Material for the task:
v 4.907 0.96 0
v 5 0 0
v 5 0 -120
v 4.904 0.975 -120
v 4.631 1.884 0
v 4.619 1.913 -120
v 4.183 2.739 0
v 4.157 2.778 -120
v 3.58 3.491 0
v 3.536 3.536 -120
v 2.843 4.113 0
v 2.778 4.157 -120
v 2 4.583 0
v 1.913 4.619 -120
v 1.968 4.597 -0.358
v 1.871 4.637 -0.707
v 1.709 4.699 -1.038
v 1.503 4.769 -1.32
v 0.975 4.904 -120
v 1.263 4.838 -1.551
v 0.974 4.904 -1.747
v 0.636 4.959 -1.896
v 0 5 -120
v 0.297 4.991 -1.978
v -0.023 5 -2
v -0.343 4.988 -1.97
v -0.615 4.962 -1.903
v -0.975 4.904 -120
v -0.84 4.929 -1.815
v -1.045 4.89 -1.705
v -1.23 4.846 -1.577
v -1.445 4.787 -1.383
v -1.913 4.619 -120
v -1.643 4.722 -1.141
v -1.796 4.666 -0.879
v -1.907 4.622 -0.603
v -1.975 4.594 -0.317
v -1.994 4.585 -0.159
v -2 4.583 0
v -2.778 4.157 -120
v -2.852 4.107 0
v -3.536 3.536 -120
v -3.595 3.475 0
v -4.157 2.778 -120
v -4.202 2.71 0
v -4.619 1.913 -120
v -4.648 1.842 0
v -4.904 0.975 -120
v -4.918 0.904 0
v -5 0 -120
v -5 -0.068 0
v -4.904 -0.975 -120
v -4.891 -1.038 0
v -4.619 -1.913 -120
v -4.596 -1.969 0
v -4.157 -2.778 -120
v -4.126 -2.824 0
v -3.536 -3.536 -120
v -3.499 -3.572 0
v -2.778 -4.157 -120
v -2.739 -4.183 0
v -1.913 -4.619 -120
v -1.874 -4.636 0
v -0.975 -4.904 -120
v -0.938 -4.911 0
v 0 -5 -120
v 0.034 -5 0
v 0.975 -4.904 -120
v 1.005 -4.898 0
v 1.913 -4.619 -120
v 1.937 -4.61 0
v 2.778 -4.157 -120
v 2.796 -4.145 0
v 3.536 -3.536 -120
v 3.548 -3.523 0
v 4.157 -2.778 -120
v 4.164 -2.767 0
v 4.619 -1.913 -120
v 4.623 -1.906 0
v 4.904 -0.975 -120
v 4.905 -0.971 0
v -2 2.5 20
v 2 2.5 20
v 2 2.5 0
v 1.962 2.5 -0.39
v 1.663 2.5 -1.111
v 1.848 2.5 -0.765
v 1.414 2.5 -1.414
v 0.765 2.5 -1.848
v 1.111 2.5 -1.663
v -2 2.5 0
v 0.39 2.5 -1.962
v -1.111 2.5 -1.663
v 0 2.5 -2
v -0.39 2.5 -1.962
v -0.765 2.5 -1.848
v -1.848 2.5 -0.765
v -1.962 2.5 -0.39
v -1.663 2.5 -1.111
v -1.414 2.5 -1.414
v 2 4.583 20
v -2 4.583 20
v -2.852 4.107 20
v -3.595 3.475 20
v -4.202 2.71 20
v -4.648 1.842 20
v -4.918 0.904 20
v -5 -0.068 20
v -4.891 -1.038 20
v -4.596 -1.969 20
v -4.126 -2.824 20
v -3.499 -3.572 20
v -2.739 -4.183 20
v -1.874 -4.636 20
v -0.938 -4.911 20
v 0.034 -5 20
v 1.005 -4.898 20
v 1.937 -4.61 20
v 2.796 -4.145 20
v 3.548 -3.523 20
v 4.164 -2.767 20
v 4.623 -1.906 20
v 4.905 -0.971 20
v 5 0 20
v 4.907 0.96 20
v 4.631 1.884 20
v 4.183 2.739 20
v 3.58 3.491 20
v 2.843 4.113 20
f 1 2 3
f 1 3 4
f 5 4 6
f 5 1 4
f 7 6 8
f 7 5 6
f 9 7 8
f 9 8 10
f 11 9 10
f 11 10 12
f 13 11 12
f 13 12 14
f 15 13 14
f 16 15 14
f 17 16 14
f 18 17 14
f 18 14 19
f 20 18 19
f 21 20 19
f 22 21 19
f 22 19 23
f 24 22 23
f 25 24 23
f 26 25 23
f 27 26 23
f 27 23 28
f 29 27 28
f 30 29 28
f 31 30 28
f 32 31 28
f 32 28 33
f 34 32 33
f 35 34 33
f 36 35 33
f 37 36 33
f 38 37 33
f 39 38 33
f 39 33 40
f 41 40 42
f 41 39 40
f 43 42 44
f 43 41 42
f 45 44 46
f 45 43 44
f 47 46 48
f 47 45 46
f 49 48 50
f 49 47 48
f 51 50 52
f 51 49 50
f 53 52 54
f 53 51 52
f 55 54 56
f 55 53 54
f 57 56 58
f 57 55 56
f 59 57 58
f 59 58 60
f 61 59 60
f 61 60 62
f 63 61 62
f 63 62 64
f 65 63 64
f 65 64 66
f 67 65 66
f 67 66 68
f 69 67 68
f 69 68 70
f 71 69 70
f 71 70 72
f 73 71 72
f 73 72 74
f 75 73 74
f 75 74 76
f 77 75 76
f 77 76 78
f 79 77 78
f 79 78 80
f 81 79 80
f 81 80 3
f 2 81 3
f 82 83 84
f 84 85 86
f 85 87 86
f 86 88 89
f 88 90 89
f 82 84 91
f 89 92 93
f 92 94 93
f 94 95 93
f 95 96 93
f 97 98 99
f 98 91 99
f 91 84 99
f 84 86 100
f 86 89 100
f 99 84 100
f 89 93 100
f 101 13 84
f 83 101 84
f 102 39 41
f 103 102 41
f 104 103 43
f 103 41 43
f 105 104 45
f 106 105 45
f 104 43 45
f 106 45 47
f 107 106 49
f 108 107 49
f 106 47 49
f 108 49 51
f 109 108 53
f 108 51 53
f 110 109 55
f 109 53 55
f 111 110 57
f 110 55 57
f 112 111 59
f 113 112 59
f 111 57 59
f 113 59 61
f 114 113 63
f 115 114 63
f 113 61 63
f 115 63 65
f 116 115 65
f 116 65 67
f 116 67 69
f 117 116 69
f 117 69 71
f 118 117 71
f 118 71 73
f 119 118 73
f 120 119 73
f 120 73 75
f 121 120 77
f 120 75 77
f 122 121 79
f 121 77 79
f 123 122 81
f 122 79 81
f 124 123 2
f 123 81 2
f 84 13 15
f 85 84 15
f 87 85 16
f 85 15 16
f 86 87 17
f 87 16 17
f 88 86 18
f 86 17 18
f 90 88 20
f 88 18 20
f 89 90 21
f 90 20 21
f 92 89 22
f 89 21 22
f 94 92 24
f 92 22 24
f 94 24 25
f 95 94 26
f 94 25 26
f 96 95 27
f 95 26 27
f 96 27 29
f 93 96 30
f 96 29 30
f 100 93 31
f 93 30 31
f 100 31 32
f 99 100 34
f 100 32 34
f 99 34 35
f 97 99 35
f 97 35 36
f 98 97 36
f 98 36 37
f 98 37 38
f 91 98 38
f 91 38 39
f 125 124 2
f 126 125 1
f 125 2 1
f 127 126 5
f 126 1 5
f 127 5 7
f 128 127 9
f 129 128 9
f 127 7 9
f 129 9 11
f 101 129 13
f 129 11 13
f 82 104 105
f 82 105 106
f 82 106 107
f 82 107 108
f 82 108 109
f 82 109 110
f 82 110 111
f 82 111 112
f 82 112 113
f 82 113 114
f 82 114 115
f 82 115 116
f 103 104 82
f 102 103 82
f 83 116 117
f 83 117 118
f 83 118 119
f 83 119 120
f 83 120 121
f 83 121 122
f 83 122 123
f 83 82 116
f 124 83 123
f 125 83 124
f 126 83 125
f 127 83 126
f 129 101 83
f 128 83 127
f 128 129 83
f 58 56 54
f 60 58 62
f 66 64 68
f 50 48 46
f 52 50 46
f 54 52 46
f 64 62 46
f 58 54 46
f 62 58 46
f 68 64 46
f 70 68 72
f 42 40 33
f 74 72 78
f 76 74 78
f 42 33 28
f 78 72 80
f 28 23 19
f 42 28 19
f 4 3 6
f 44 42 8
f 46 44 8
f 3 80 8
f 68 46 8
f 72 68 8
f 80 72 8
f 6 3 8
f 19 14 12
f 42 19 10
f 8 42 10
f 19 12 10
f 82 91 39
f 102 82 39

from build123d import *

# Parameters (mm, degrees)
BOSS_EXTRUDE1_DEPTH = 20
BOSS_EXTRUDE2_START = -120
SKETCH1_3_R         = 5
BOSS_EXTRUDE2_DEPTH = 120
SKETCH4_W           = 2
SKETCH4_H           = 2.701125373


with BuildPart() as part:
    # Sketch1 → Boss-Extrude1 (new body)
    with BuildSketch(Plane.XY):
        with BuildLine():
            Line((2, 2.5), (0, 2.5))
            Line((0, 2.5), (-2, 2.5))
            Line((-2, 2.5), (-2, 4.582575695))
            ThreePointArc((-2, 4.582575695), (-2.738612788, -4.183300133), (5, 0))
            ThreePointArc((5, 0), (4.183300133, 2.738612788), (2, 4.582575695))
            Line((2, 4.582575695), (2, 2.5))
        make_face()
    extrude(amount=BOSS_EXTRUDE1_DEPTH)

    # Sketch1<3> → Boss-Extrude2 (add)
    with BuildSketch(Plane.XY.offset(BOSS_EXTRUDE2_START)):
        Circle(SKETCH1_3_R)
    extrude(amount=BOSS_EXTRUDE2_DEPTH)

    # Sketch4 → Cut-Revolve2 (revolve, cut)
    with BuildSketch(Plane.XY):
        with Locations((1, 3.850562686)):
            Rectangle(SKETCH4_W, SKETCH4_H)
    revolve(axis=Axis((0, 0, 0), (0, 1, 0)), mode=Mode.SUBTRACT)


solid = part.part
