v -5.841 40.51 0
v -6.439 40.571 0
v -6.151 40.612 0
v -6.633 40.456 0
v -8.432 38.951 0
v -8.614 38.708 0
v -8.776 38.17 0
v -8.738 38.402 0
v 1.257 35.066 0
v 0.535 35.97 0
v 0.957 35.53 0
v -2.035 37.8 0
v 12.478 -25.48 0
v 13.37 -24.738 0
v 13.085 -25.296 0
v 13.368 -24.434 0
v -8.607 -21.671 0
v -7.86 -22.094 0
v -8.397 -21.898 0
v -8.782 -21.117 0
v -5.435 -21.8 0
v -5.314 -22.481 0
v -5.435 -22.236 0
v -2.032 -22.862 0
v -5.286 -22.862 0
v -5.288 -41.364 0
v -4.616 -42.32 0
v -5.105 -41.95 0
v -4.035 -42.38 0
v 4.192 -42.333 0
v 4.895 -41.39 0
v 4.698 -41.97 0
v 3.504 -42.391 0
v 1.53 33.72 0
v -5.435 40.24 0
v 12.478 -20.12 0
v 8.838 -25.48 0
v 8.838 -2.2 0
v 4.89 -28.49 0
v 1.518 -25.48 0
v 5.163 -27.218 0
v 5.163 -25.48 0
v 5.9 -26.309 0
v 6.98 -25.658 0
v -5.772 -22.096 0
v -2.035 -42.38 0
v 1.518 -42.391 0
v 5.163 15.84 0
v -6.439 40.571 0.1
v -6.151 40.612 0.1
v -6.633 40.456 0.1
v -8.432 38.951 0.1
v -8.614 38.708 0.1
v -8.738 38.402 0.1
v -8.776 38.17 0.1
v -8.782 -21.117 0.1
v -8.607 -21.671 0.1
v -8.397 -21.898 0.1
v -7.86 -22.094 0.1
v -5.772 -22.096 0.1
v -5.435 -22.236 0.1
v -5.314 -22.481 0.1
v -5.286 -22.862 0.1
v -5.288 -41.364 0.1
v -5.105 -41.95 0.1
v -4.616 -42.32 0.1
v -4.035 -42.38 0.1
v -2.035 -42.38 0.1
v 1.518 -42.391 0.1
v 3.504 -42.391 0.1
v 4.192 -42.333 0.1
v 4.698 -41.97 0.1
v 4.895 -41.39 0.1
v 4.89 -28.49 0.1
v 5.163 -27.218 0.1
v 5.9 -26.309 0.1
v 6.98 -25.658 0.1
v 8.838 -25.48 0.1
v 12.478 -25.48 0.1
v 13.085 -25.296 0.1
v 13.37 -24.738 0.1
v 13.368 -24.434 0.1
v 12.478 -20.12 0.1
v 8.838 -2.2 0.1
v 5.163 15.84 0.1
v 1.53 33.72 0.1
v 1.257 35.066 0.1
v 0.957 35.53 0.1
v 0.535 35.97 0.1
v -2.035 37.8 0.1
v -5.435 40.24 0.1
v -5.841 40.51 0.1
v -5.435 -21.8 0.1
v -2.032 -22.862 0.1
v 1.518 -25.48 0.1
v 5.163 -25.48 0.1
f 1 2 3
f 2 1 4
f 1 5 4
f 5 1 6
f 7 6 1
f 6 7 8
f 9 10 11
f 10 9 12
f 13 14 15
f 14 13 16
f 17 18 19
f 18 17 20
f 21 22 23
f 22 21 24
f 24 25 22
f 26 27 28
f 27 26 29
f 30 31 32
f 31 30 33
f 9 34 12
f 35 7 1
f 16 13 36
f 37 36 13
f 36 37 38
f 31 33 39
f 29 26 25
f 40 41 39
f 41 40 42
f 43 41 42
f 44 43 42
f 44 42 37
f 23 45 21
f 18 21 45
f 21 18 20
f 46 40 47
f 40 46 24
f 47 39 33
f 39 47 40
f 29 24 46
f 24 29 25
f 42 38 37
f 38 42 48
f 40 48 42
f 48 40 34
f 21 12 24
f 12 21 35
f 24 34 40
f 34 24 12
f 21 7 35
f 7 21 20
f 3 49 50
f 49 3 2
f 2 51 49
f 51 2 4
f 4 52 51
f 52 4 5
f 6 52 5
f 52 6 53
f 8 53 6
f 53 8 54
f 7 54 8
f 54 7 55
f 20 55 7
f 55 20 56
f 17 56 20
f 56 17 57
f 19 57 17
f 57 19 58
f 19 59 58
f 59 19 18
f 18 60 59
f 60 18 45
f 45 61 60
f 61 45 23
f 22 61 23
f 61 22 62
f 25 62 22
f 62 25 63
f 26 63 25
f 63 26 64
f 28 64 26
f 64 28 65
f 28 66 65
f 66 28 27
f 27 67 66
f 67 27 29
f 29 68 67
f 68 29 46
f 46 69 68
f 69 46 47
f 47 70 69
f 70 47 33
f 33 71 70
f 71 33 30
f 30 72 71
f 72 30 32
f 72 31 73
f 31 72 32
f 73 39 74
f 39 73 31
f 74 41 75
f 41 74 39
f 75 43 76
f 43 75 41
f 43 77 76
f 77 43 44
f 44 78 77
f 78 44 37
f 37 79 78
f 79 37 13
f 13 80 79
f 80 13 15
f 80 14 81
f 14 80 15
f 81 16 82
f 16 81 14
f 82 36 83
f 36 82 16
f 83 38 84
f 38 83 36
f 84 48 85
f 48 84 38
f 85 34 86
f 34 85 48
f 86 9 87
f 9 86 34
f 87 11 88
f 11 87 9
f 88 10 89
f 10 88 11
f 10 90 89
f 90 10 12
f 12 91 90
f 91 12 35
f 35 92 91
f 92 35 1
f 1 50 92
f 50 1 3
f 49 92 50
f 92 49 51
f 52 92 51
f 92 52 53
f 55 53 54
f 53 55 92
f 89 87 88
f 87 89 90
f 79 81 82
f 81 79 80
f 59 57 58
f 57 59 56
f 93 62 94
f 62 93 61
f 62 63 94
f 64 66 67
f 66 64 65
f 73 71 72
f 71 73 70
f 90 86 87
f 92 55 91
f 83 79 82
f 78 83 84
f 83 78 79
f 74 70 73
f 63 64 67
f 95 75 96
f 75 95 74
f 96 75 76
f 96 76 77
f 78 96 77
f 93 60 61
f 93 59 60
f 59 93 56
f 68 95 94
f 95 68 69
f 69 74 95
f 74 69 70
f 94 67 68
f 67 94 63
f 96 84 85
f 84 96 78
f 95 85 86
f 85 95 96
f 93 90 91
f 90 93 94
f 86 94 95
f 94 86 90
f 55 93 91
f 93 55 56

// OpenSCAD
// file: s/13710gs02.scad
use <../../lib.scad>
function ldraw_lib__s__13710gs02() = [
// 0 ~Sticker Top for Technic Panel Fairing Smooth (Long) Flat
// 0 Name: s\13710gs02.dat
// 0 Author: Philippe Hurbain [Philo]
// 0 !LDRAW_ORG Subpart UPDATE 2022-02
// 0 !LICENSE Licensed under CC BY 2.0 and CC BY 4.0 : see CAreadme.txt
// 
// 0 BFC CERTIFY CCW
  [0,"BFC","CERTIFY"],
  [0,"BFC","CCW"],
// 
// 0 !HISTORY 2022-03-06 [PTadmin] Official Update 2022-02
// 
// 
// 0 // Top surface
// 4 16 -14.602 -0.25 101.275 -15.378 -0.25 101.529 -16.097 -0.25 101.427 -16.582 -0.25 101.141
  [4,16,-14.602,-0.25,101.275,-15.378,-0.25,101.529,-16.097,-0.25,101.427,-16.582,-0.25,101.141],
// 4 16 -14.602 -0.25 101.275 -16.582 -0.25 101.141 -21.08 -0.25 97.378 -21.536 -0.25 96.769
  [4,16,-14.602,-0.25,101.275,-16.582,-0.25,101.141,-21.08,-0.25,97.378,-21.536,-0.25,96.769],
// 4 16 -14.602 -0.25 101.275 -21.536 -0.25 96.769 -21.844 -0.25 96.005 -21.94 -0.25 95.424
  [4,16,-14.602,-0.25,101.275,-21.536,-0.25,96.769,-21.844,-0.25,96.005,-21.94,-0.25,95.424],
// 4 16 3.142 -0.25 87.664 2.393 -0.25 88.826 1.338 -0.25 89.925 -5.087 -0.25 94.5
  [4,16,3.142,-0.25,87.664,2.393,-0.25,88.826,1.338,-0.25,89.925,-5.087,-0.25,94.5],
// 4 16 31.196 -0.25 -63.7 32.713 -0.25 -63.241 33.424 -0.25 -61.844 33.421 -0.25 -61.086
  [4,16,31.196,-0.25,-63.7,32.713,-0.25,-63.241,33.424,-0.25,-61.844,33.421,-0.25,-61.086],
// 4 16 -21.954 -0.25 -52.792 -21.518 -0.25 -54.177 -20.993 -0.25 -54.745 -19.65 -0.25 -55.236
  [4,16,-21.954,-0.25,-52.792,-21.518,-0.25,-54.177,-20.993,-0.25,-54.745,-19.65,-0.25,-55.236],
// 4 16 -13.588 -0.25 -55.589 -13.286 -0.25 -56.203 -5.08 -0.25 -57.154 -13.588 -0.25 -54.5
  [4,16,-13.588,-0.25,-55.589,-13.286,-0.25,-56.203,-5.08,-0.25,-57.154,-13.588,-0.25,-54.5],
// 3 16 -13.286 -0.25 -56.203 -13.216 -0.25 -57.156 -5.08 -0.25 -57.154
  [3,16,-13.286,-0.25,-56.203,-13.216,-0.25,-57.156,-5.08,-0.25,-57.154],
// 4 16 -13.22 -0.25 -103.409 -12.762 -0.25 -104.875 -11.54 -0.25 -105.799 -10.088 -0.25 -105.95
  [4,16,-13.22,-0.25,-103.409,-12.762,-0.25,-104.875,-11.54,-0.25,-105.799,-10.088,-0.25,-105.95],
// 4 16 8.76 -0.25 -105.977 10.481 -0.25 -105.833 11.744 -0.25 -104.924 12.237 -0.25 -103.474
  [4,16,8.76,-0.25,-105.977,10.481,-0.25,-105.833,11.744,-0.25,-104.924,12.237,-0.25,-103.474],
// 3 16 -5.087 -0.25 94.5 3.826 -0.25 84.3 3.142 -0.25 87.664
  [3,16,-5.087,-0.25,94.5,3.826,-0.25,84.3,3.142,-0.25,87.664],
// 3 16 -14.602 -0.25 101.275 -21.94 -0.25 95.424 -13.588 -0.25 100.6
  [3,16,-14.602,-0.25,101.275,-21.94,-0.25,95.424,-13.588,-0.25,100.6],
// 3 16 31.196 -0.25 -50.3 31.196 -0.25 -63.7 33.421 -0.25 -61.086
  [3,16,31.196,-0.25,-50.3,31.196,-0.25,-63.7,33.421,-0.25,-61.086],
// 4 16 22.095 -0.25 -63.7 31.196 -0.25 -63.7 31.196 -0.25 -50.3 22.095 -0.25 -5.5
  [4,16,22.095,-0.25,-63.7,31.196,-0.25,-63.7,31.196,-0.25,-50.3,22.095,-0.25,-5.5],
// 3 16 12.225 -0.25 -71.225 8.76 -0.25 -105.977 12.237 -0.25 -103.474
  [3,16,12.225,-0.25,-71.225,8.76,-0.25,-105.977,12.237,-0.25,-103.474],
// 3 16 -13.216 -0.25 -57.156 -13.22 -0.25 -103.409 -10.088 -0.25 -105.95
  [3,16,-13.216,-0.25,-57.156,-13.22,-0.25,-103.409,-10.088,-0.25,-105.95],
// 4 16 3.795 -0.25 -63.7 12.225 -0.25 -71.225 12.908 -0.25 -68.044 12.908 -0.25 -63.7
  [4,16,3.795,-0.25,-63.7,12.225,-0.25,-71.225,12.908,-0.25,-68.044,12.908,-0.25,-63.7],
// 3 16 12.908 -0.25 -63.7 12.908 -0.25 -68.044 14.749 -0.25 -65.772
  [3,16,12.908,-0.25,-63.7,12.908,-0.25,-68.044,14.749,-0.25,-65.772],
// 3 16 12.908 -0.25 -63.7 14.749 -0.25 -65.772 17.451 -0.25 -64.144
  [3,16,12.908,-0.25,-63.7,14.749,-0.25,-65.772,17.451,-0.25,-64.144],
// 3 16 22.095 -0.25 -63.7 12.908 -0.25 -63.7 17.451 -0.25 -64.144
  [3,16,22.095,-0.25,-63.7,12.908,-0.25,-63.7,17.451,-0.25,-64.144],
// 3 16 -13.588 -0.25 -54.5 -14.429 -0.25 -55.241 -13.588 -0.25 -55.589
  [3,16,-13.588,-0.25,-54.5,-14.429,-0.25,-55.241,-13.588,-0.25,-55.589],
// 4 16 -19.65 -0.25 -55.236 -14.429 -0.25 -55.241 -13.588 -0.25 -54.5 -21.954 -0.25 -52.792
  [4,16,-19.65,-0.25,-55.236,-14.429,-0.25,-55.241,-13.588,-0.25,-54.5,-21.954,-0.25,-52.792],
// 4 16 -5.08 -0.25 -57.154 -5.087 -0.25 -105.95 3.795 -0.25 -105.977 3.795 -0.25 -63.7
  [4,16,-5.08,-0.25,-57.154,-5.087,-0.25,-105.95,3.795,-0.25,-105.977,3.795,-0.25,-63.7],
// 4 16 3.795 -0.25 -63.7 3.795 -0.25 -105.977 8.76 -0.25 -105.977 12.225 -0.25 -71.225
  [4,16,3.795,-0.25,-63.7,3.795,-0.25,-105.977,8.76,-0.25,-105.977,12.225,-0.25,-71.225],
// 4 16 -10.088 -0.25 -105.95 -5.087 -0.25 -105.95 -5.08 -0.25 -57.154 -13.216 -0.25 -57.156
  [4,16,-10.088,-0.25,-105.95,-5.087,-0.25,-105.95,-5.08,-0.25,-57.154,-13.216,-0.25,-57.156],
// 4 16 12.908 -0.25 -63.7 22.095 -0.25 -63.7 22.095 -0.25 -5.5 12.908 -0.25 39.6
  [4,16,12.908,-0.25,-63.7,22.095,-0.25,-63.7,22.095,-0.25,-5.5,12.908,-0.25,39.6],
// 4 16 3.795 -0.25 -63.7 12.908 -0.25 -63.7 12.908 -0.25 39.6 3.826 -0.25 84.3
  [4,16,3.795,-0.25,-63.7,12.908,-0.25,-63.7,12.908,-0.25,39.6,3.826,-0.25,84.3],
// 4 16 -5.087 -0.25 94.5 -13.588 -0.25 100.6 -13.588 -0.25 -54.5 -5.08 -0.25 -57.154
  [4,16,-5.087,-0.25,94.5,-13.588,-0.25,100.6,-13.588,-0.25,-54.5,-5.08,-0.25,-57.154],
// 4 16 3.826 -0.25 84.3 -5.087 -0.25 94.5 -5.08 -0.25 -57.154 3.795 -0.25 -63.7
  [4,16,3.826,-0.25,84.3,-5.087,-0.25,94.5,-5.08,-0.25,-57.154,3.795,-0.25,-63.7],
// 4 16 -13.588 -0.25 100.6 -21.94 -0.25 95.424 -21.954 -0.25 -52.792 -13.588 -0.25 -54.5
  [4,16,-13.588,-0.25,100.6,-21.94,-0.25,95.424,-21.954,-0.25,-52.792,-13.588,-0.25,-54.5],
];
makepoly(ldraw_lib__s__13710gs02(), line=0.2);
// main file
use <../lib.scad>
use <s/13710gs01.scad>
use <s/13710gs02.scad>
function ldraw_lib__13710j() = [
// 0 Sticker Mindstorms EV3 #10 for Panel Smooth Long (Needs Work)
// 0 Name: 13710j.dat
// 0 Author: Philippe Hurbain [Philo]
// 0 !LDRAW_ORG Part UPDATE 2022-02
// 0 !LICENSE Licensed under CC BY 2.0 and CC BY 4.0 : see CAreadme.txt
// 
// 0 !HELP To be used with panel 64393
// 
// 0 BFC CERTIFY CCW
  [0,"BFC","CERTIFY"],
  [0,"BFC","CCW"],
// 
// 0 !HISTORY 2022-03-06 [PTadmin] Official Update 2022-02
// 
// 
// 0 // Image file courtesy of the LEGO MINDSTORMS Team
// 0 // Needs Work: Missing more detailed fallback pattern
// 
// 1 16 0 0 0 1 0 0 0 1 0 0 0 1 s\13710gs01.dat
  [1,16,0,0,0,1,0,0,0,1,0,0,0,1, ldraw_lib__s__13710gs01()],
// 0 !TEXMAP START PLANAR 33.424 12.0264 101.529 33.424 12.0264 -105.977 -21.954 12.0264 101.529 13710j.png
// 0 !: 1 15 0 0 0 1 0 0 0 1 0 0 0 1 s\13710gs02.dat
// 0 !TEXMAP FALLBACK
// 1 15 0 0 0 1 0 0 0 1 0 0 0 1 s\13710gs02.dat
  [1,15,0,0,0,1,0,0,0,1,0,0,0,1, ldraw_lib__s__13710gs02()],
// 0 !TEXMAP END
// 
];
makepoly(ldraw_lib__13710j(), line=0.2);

What you will do: Of the lines above, retype only those from the line containing "v 1.871 4.637 -0.707" through the line containing "v -1.913 4.619 -120", including both, exactly.

Output:
v 1.871 4.637 -0.707
v 1.709 4.699 -1.038
v 1.503 4.769 -1.32
v 0.975 4.904 -120
v 1.263 4.838 -1.551
v 0.974 4.904 -1.747
v 0.636 4.959 -1.896
v 0 5 -120
v 0.297 4.991 -1.978
v -0.023 5 -2
v -0.343 4.988 -1.97
v -0.615 4.962 -1.903
v -0.975 4.904 -120
v -0.84 4.929 -1.815
v -1.045 4.89 -1.705
v -1.23 4.846 -1.577
v -1.445 4.787 -1.383
v -1.913 4.619 -120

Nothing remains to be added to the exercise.